**Dataset content**:
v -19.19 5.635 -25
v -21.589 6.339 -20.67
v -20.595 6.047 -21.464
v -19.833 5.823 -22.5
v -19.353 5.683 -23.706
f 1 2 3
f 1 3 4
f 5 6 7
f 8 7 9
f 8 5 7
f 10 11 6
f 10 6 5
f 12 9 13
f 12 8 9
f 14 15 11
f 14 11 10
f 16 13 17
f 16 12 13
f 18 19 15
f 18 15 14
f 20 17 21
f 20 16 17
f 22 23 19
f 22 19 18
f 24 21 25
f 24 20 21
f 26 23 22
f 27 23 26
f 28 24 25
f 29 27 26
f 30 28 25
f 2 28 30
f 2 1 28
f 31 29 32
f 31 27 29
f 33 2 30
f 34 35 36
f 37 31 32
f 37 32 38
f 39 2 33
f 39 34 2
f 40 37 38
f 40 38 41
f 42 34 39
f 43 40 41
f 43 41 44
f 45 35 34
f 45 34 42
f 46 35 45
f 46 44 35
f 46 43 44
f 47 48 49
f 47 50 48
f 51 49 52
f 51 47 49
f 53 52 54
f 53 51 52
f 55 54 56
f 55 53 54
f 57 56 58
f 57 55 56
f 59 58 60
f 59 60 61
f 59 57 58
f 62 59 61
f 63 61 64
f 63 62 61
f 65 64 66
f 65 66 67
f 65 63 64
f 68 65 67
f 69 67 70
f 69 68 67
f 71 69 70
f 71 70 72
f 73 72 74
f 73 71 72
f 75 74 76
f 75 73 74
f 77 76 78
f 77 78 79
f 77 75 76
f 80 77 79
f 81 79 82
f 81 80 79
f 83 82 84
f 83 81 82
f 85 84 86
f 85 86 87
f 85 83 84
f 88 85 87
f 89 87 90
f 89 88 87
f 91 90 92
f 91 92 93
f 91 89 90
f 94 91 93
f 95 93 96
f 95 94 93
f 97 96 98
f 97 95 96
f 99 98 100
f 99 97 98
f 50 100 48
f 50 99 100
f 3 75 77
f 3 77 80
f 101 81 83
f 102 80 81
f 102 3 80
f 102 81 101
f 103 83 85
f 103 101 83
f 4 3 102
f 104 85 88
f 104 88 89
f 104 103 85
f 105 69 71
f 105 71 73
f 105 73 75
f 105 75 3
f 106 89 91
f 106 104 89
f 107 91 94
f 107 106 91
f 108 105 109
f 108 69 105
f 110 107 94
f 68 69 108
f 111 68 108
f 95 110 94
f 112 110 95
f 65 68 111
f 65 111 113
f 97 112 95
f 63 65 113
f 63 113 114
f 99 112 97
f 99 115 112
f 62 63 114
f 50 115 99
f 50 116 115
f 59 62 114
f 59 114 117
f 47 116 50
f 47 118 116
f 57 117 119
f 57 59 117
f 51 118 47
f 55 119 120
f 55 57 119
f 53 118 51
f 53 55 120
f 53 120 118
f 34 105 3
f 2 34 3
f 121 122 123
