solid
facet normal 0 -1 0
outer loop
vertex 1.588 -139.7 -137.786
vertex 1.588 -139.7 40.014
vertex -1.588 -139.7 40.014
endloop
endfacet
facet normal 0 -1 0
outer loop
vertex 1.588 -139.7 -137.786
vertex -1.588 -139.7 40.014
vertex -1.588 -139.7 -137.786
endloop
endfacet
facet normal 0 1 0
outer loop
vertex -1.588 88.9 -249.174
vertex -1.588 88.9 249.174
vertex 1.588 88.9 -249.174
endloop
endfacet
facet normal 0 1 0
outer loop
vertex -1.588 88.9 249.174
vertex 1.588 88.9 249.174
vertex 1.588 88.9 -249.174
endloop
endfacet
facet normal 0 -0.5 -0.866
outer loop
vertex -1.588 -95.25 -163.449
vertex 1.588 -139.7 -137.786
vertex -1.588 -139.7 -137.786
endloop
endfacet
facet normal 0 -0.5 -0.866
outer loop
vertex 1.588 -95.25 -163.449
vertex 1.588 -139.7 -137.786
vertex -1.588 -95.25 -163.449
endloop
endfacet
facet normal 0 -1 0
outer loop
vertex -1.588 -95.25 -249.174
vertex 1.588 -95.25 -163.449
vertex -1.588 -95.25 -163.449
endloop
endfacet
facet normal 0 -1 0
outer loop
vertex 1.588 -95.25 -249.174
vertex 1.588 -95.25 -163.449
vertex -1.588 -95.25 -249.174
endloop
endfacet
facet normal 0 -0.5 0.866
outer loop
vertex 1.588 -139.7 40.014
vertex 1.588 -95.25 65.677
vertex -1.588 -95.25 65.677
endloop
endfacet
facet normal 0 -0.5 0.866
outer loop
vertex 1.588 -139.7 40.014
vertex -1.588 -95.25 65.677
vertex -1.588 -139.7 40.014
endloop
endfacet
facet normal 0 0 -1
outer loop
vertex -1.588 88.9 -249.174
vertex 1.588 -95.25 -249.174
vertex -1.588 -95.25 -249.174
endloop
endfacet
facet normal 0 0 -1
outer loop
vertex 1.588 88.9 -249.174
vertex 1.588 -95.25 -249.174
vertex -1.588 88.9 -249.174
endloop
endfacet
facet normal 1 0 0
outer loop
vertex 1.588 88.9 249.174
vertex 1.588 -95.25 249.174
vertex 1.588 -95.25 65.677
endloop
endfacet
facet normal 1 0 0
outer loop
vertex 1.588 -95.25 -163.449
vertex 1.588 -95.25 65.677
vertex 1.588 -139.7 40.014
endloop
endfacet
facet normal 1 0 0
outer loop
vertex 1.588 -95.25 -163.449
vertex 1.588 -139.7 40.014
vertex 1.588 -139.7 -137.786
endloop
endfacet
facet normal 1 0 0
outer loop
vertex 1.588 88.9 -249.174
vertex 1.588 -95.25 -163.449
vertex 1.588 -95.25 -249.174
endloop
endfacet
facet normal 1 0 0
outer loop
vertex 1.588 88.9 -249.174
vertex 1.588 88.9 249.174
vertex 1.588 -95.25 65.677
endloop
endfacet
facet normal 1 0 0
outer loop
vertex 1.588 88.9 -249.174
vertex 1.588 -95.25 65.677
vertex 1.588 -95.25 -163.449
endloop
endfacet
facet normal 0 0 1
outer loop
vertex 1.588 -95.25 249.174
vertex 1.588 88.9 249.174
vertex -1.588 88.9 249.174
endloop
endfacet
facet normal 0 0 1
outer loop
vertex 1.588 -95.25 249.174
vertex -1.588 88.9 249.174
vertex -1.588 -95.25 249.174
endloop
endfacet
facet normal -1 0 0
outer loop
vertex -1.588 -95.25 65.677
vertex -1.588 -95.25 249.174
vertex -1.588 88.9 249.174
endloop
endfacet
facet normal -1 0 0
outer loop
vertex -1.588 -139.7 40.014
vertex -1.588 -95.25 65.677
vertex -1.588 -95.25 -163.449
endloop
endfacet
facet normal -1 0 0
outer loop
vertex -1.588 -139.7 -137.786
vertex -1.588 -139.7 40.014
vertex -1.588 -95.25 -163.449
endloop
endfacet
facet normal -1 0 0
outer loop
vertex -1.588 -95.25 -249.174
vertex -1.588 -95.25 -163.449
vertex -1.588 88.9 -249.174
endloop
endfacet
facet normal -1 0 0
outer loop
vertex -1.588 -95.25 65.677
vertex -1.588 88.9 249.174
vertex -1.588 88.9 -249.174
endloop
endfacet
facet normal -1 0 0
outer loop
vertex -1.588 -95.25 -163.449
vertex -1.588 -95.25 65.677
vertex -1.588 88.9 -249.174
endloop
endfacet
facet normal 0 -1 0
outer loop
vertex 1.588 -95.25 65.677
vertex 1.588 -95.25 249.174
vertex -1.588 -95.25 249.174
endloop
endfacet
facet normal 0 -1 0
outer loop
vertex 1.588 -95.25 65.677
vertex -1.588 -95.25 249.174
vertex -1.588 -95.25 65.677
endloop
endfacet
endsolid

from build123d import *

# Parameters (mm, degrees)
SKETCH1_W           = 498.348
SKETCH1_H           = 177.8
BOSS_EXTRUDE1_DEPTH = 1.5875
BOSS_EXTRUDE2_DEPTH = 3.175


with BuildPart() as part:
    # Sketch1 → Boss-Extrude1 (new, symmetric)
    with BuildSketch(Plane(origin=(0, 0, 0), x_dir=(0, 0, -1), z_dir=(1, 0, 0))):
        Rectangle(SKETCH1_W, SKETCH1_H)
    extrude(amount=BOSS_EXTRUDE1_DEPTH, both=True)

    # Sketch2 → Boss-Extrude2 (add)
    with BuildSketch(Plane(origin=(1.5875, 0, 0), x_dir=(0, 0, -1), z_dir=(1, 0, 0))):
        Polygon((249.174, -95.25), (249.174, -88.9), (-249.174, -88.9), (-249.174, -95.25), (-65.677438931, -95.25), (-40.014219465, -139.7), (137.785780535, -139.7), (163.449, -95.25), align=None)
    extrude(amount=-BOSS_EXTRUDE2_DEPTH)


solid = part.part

**Exercise goal**: Look above for the line that contains "v -20.595 6.047 -21.464". Starting there, transcribe every line exactly until you have copied the line that contains "f 50 100 48".

**Answer box**:
v -20.595 6.047 -21.464
v -19.833 5.823 -22.5
v -19.353 5.683 -23.706
f 1 2 3
f 1 3 4
f 5 6 7
f 8 7 9
f 8 5 7
f 10 11 6
f 10 6 5
f 12 9 13
f 12 8 9
f 14 15 11
f 14 11 10
f 16 13 17
f 16 12 13
f 18 19 15
f 18 15 14
f 20 17 21
f 20 16 17
f 22 23 19
f 22 19 18
f 24 21 25
f 24 20 21
f 26 23 22
f 27 23 26
f 28 24 25
f 29 27 26
f 30 28 25
f 2 28 30
f 2 1 28
f 31 29 32
f 31 27 29
f 33 2 30
f 34 35 36
f 37 31 32
f 37 32 38
f 39 2 33
f 39 34 2
f 40 37 38
f 40 38 41
f 42 34 39
f 43 40 41
f 43 41 44
f 45 35 34
f 45 34 42
f 46 35 45
f 46 44 35
f 46 43 44
f 47 48 49
f 47 50 48
f 51 49 52
f 51 47 49
f 53 52 54
f 53 51 52
f 55 54 56
f 55 53 54
f 57 56 58
f 57 55 56
f 59 58 60
f 59 60 61
f 59 57 58
f 62 59 61
f 63 61 64
f 63 62 61
f 65 64 66
f 65 66 67
f 65 63 64
f 68 65 67
f 69 67 70
f 69 68 67
f 71 69 70
f 71 70 72
f 73 72 74
f 73 71 72
f 75 74 76
f 75 73 74
f 77 76 78
f 77 78 79
f 77 75 76
f 80 77 79
f 81 79 82
f 81 80 79
f 83 82 84
f 83 81 82
f 85 84 86
f 85 86 87
f 85 83 84
f 88 85 87
f 89 87 90
f 89 88 87
f 91 90 92
f 91 92 93
f 91 89 90
f 94 91 93
f 95 93 96
f 95 94 93
f 97 96 98
f 97 95 96
f 99 98 100
f 99 97 98
f 50 100 48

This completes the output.